◆ **Work request**:
Exactness is required throughout. Return every record once more.

◆ **Collected data entries**:
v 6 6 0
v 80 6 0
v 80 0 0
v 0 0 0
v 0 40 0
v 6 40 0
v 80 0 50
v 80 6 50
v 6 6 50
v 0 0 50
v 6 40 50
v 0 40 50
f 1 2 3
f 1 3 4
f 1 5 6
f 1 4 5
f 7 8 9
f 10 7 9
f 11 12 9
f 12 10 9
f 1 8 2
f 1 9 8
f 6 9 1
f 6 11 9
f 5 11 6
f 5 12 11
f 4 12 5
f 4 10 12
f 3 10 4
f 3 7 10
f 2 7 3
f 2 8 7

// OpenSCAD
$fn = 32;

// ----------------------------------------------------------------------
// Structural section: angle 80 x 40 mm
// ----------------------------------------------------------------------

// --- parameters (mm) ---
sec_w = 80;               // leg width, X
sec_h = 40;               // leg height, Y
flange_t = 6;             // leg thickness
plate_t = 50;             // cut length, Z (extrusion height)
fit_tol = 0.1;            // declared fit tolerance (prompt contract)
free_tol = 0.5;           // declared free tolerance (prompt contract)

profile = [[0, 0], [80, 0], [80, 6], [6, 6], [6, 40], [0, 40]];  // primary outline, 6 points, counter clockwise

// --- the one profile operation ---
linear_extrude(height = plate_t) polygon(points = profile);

◆ **Task answer**:
v 6 6 0
v 80 6 0
v 80 0 0
v 0 0 0
v 0 40 0
v 6 40 0
v 80 0 50
v 80 6 50
v 6 6 50
v 0 0 50
v 6 40 50
v 0 40 50
f 1 2 3
f 1 3 4
f 1 5 6
f 1 4 5
f 7 8 9
f 10 7 9
f 11 12 9
f 12 10 9
f 1 8 2
f 1 9 8
f 6 9 1
f 6 11 9
f 5 11 6
f 5 12 11
f 4 12 5
f 4 10 12
f 3 10 4
f 3 7 10
f 2 7 3
f 2 8 7

// OpenSCAD
$fn = 32;

// ----------------------------------------------------------------------
// Structural section: angle 80 x 40 mm
// ----------------------------------------------------------------------

// --- parameters (mm) ---
sec_w = 80;               // leg width, X
sec_h = 40;               // leg height, Y
flange_t = 6;             // leg thickness
plate_t = 50;             // cut length, Z (extrusion height)
fit_tol = 0.1;            // declared fit tolerance (prompt contract)
free_tol = 0.5;           // declared free tolerance (prompt contract)

profile = [[0, 0], [80, 0], [80, 6], [6, 6], [6, 40], [0, 40]];  // primary outline, 6 points, counter clockwise

// --- the one profile operation ---
linear_extrude(height = plate_t) polygon(points = profile);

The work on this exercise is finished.